* _Exercise prompt_
Begin at the line containing "#53=EDGE_LOOP('',(#41,#46,#47,#52));" in the data below and go on through the line containing "#64=FACE_BOUND('',#63,.T.);", repeating each line exactly; include both ends and no other line.

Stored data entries
+++++
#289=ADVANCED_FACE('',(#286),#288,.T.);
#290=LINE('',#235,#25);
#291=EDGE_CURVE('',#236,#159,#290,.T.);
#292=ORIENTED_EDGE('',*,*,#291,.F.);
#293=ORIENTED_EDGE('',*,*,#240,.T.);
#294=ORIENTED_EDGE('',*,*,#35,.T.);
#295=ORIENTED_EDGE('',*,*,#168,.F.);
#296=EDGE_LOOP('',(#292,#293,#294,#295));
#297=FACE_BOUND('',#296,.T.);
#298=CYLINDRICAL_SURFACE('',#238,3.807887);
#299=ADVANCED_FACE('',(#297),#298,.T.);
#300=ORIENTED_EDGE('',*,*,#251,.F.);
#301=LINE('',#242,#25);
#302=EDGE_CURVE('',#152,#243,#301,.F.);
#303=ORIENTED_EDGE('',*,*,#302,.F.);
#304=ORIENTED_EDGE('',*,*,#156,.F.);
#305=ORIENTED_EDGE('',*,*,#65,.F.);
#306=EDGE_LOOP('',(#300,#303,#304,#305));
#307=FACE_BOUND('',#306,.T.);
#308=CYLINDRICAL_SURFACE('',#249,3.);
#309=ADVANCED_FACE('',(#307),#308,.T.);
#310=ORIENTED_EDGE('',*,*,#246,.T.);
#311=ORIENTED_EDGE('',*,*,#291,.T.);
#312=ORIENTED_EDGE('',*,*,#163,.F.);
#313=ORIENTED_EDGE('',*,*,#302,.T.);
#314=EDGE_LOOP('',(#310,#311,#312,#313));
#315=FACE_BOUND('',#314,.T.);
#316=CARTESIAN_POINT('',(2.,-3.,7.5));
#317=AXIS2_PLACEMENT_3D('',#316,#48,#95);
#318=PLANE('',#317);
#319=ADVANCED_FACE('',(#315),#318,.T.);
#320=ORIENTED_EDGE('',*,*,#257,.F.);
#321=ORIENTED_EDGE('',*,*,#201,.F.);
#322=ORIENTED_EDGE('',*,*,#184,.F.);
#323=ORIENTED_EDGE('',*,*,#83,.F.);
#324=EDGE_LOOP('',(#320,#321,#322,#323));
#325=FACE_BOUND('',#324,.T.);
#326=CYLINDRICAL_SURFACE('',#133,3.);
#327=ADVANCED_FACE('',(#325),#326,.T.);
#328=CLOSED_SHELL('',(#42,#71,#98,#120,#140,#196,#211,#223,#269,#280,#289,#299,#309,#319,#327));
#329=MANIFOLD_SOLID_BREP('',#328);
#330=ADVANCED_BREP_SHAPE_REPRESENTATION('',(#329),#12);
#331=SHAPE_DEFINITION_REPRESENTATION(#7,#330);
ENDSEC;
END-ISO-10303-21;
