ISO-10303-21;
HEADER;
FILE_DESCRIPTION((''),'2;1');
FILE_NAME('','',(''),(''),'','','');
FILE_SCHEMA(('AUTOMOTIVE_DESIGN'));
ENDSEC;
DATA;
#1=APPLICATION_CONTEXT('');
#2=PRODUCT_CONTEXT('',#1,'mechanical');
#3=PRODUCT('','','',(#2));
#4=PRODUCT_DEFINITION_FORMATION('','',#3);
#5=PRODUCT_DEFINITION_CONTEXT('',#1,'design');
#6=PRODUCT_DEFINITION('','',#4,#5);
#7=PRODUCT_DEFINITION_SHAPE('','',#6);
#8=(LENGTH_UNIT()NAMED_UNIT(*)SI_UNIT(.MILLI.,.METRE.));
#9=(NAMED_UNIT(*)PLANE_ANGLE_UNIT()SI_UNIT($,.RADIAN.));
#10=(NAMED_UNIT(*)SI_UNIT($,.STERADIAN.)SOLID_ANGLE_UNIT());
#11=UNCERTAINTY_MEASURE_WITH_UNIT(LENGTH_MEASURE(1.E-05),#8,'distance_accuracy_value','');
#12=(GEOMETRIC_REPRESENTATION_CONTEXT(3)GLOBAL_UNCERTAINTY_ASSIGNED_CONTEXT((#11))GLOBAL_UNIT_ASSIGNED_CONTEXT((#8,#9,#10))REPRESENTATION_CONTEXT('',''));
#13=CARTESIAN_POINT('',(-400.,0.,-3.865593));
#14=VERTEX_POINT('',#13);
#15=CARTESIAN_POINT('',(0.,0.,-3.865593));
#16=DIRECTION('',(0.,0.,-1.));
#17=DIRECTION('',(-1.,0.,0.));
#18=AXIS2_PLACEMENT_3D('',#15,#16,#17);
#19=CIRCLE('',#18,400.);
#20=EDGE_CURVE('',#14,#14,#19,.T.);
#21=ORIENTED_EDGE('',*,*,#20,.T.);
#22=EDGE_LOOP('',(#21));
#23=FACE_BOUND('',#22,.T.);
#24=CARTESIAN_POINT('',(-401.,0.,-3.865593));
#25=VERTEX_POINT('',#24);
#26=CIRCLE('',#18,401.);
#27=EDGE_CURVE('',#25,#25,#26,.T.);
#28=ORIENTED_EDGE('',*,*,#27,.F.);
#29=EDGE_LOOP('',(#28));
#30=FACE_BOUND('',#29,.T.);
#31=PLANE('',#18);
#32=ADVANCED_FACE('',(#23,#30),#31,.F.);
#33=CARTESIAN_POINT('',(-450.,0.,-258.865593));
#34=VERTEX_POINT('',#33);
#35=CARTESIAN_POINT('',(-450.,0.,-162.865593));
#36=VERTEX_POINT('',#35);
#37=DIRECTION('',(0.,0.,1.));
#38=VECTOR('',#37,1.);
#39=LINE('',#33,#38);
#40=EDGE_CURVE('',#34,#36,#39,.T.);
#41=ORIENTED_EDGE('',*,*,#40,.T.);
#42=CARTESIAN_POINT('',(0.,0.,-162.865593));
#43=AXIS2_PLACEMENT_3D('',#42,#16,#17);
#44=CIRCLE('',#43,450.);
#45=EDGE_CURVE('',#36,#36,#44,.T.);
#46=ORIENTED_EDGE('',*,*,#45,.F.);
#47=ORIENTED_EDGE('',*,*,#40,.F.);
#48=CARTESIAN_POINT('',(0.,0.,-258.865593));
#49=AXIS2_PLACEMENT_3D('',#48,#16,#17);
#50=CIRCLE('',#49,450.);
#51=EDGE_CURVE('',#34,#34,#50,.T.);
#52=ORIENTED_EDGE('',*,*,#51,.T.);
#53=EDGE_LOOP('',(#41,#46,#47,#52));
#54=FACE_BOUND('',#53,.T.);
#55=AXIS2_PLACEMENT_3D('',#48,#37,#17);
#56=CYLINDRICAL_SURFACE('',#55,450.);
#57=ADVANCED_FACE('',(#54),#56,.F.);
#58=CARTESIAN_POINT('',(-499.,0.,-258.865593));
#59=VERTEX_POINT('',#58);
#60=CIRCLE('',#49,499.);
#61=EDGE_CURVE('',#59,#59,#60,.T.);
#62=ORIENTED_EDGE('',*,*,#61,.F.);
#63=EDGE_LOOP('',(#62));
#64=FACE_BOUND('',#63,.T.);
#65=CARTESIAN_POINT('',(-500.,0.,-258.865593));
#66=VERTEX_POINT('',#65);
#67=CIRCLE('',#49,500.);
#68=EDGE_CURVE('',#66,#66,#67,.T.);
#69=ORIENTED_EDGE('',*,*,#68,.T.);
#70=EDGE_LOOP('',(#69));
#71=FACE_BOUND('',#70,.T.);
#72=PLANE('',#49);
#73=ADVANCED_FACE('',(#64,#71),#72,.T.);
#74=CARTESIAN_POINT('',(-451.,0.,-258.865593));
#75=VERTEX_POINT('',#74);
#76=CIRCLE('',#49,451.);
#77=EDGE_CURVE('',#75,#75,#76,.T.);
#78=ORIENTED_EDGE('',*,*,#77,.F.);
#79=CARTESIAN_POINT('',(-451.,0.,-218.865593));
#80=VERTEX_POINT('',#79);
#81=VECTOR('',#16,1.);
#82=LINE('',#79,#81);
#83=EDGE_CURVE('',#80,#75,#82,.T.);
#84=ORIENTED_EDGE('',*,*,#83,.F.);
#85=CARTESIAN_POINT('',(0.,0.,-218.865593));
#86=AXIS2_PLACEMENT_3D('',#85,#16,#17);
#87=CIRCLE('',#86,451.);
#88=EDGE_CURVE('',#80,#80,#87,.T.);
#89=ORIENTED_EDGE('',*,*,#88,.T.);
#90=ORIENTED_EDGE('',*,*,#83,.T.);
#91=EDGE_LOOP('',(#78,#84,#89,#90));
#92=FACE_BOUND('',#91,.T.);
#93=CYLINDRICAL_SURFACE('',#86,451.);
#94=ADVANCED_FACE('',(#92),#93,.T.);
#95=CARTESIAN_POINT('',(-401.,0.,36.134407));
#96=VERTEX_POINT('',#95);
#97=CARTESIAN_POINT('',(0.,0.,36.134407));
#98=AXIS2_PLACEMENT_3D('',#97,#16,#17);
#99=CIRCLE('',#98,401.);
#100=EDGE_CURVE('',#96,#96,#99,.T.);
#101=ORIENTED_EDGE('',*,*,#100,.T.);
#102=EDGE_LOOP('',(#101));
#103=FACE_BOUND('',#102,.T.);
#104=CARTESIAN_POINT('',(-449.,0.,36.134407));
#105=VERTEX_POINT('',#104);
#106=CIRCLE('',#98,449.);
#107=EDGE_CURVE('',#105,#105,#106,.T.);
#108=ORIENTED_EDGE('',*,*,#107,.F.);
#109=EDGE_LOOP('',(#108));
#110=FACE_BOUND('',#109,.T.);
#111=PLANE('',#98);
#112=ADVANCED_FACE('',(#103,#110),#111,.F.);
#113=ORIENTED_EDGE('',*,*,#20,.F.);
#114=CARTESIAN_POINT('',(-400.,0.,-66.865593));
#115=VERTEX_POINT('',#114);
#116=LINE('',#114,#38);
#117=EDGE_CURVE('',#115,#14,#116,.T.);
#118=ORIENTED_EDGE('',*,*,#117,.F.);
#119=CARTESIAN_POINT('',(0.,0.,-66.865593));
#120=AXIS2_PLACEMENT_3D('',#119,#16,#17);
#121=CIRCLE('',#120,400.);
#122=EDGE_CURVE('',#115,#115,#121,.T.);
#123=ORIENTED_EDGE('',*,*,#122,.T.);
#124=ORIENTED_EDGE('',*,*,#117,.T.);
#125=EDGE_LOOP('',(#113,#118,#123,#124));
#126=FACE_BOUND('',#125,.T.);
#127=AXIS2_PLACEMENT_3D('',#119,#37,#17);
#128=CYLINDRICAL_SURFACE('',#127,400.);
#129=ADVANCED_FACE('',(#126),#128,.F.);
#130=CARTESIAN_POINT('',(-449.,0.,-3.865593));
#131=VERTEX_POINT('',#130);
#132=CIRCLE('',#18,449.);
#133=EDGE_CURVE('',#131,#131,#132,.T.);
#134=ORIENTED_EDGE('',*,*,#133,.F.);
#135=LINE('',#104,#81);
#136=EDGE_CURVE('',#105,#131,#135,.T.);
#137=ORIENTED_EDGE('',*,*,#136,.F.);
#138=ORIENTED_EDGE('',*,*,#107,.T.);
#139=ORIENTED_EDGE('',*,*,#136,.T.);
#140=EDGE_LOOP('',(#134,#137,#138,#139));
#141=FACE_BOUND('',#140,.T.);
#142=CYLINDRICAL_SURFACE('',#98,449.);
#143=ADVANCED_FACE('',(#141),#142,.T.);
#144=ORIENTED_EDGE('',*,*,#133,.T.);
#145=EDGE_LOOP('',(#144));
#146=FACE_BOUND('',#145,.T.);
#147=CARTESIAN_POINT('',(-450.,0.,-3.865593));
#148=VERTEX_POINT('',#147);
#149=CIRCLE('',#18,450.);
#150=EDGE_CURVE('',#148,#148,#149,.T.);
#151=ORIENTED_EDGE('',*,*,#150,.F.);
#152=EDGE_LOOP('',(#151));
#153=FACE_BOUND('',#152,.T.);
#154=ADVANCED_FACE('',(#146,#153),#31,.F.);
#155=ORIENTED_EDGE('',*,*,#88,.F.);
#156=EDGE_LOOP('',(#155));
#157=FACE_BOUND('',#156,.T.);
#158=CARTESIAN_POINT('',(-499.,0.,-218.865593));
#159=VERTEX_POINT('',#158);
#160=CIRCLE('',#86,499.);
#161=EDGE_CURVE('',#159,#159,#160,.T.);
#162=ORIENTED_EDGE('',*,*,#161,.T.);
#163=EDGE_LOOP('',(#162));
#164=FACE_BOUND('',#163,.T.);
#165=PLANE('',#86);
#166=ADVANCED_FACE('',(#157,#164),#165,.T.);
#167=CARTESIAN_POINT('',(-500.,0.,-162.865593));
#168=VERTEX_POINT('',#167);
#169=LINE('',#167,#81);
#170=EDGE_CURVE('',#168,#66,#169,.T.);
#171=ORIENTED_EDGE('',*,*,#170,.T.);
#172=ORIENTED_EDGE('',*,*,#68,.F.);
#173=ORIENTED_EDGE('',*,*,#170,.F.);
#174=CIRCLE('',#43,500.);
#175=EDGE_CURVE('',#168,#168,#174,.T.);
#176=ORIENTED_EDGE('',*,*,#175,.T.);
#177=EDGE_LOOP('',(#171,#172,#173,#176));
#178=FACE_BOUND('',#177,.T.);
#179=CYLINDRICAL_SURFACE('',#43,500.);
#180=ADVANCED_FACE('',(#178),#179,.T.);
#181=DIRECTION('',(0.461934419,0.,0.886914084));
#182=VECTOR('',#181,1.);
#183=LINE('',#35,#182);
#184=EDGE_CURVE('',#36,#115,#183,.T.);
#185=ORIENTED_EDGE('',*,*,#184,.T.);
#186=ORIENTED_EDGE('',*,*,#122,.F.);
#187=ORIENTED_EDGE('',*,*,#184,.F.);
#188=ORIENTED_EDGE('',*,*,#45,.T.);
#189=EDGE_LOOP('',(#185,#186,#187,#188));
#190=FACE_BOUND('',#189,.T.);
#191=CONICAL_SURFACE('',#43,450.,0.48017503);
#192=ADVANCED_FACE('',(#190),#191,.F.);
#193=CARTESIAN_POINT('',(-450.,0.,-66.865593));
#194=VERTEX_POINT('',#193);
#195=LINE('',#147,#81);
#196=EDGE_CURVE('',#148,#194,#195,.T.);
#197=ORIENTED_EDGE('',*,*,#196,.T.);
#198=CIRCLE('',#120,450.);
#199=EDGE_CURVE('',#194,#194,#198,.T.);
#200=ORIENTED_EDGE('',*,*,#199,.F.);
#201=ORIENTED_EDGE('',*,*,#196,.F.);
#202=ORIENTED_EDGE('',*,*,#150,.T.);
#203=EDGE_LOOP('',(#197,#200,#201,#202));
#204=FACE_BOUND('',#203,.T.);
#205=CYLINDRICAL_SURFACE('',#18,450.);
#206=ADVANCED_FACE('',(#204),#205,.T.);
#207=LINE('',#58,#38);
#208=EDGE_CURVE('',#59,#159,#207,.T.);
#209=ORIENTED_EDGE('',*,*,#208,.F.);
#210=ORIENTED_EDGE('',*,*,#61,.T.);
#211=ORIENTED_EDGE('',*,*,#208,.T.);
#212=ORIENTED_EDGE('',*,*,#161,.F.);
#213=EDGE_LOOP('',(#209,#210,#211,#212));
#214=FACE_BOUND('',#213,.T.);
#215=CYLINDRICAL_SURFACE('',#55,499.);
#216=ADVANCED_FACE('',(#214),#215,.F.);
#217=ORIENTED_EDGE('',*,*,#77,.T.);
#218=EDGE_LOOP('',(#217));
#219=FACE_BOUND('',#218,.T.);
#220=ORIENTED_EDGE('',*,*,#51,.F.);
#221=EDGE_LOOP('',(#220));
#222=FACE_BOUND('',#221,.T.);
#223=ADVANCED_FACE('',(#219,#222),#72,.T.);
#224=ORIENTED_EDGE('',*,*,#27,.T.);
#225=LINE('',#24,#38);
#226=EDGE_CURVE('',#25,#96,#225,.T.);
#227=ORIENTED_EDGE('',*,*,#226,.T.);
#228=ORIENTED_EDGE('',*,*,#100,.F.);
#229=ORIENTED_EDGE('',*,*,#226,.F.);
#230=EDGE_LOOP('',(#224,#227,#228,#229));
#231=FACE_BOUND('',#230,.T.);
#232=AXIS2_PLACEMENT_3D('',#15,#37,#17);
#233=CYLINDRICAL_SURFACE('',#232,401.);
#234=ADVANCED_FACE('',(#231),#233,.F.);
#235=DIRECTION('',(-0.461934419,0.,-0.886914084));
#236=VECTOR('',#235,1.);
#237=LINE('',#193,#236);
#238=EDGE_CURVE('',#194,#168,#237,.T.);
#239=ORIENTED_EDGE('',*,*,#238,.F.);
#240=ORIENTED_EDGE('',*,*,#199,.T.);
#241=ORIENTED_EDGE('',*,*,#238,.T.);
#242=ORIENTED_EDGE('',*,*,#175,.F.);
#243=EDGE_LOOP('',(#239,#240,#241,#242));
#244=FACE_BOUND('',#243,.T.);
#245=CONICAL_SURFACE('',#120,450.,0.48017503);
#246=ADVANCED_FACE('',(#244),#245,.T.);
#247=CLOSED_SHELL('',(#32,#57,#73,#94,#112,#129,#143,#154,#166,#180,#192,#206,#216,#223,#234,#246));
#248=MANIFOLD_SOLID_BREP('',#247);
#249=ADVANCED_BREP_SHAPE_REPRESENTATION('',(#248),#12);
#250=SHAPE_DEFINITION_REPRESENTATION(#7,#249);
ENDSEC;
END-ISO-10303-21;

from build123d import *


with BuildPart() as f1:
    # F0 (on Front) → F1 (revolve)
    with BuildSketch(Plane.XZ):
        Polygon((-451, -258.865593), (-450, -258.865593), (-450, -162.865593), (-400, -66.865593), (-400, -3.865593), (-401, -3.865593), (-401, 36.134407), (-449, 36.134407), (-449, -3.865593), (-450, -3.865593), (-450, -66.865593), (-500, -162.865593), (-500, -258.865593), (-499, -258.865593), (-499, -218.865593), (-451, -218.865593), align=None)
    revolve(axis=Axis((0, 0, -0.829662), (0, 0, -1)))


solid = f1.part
+++++
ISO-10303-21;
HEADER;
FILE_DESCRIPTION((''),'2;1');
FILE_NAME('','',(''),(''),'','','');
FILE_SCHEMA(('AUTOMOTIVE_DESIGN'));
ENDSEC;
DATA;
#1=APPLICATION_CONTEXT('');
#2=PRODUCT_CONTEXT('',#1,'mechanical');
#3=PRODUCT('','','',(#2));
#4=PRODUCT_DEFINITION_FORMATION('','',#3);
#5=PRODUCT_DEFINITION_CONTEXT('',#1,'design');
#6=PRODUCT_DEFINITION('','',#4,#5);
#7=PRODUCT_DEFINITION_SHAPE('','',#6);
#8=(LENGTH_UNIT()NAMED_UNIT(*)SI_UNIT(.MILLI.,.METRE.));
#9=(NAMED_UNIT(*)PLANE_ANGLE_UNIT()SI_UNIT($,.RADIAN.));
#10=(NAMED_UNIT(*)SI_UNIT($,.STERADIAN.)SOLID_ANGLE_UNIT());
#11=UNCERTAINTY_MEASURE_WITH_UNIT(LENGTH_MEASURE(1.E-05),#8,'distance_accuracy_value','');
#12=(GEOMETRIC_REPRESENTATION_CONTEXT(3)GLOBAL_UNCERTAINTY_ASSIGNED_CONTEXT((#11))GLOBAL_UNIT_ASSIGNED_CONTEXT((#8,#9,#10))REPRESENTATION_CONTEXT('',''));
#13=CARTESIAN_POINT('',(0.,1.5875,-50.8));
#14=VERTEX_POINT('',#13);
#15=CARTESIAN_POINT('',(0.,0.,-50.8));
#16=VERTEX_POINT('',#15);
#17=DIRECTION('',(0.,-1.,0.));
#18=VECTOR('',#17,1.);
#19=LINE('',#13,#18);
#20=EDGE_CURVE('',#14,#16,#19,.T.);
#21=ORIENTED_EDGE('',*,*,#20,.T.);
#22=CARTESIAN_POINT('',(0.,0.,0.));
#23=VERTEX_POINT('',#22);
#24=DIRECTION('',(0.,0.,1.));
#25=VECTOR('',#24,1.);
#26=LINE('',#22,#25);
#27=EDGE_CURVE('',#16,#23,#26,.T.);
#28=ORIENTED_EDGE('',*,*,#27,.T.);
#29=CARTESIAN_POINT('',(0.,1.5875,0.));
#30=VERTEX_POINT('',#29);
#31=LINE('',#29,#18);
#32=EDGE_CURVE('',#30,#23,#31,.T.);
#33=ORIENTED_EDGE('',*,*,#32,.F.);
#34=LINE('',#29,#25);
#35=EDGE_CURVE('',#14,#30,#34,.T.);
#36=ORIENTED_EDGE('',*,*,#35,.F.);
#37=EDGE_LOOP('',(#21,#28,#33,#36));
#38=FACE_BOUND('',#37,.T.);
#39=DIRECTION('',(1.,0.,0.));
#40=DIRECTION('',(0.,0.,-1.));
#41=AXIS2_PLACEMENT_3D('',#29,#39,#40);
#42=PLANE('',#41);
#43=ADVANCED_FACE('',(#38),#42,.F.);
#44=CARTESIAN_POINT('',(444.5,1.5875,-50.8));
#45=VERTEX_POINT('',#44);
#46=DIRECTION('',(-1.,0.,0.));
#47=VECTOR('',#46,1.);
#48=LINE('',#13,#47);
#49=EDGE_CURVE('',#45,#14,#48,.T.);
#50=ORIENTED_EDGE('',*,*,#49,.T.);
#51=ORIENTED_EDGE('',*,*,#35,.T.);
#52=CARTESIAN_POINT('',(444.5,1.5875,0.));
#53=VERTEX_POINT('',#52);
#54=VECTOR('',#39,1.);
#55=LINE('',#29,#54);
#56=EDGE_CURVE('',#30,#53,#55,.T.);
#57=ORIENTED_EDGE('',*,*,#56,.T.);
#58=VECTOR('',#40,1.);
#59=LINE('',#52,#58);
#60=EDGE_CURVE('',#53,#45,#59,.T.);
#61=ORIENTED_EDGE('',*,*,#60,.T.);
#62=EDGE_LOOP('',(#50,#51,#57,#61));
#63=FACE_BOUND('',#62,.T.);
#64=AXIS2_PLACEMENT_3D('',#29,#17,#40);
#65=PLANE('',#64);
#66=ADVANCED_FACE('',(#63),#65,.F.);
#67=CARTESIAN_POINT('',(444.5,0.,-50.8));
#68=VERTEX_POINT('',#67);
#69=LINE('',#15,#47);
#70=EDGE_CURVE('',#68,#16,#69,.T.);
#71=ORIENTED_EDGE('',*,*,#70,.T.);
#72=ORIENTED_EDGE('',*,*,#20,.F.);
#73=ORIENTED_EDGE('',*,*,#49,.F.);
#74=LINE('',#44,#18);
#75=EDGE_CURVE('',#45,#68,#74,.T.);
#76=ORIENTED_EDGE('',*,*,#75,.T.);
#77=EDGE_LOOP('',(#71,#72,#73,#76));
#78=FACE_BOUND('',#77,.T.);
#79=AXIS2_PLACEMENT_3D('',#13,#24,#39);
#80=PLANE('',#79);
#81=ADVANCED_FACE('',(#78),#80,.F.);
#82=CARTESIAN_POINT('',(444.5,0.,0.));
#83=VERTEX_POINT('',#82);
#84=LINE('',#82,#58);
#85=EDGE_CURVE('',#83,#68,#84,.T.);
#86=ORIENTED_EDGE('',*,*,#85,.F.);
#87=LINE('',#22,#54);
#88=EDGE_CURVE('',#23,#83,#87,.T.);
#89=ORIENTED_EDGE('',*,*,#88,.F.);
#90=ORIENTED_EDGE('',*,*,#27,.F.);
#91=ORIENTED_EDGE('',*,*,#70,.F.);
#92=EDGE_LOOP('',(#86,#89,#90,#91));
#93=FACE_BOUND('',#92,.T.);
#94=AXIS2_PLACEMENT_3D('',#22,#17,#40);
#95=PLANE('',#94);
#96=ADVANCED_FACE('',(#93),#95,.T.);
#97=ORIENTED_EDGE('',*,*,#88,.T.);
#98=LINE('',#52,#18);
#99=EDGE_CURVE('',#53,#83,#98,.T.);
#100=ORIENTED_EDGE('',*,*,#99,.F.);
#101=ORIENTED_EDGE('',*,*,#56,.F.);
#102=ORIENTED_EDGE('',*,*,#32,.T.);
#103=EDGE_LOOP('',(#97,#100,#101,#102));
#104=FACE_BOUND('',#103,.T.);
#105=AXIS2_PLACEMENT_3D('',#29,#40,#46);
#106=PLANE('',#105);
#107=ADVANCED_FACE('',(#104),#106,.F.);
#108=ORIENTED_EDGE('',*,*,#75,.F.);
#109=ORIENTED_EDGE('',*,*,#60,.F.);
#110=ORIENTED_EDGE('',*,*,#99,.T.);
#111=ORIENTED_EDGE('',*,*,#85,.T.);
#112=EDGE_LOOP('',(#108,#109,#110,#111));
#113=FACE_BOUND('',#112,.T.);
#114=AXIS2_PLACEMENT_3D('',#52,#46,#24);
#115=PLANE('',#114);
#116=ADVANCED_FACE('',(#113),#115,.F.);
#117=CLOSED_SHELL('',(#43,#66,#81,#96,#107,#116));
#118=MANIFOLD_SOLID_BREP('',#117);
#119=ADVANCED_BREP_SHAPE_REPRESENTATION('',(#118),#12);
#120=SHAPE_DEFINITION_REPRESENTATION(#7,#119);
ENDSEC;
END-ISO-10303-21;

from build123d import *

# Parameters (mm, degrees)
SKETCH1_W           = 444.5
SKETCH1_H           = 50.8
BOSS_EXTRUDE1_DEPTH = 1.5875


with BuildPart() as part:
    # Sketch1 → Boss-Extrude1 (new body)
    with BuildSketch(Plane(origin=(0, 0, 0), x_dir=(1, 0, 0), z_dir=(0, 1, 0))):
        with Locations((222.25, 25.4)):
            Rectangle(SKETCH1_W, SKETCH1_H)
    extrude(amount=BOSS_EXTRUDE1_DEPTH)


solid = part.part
+++++
* _Task result_
#53=EDGE_LOOP('',(#41,#46,#47,#52));
#54=FACE_BOUND('',#53,.T.);
#55=AXIS2_PLACEMENT_3D('',#48,#37,#17);
#56=CYLINDRICAL_SURFACE('',#55,450.);
#57=ADVANCED_FACE('',(#54),#56,.F.);
#58=CARTESIAN_POINT('',(-499.,0.,-258.865593));
#59=VERTEX_POINT('',#58);
#60=CIRCLE('',#49,499.);
#61=EDGE_CURVE('',#59,#59,#60,.T.);
#62=ORIENTED_EDGE('',*,*,#61,.F.);
#63=EDGE_LOOP('',(#62));
#64=FACE_BOUND('',#63,.T.);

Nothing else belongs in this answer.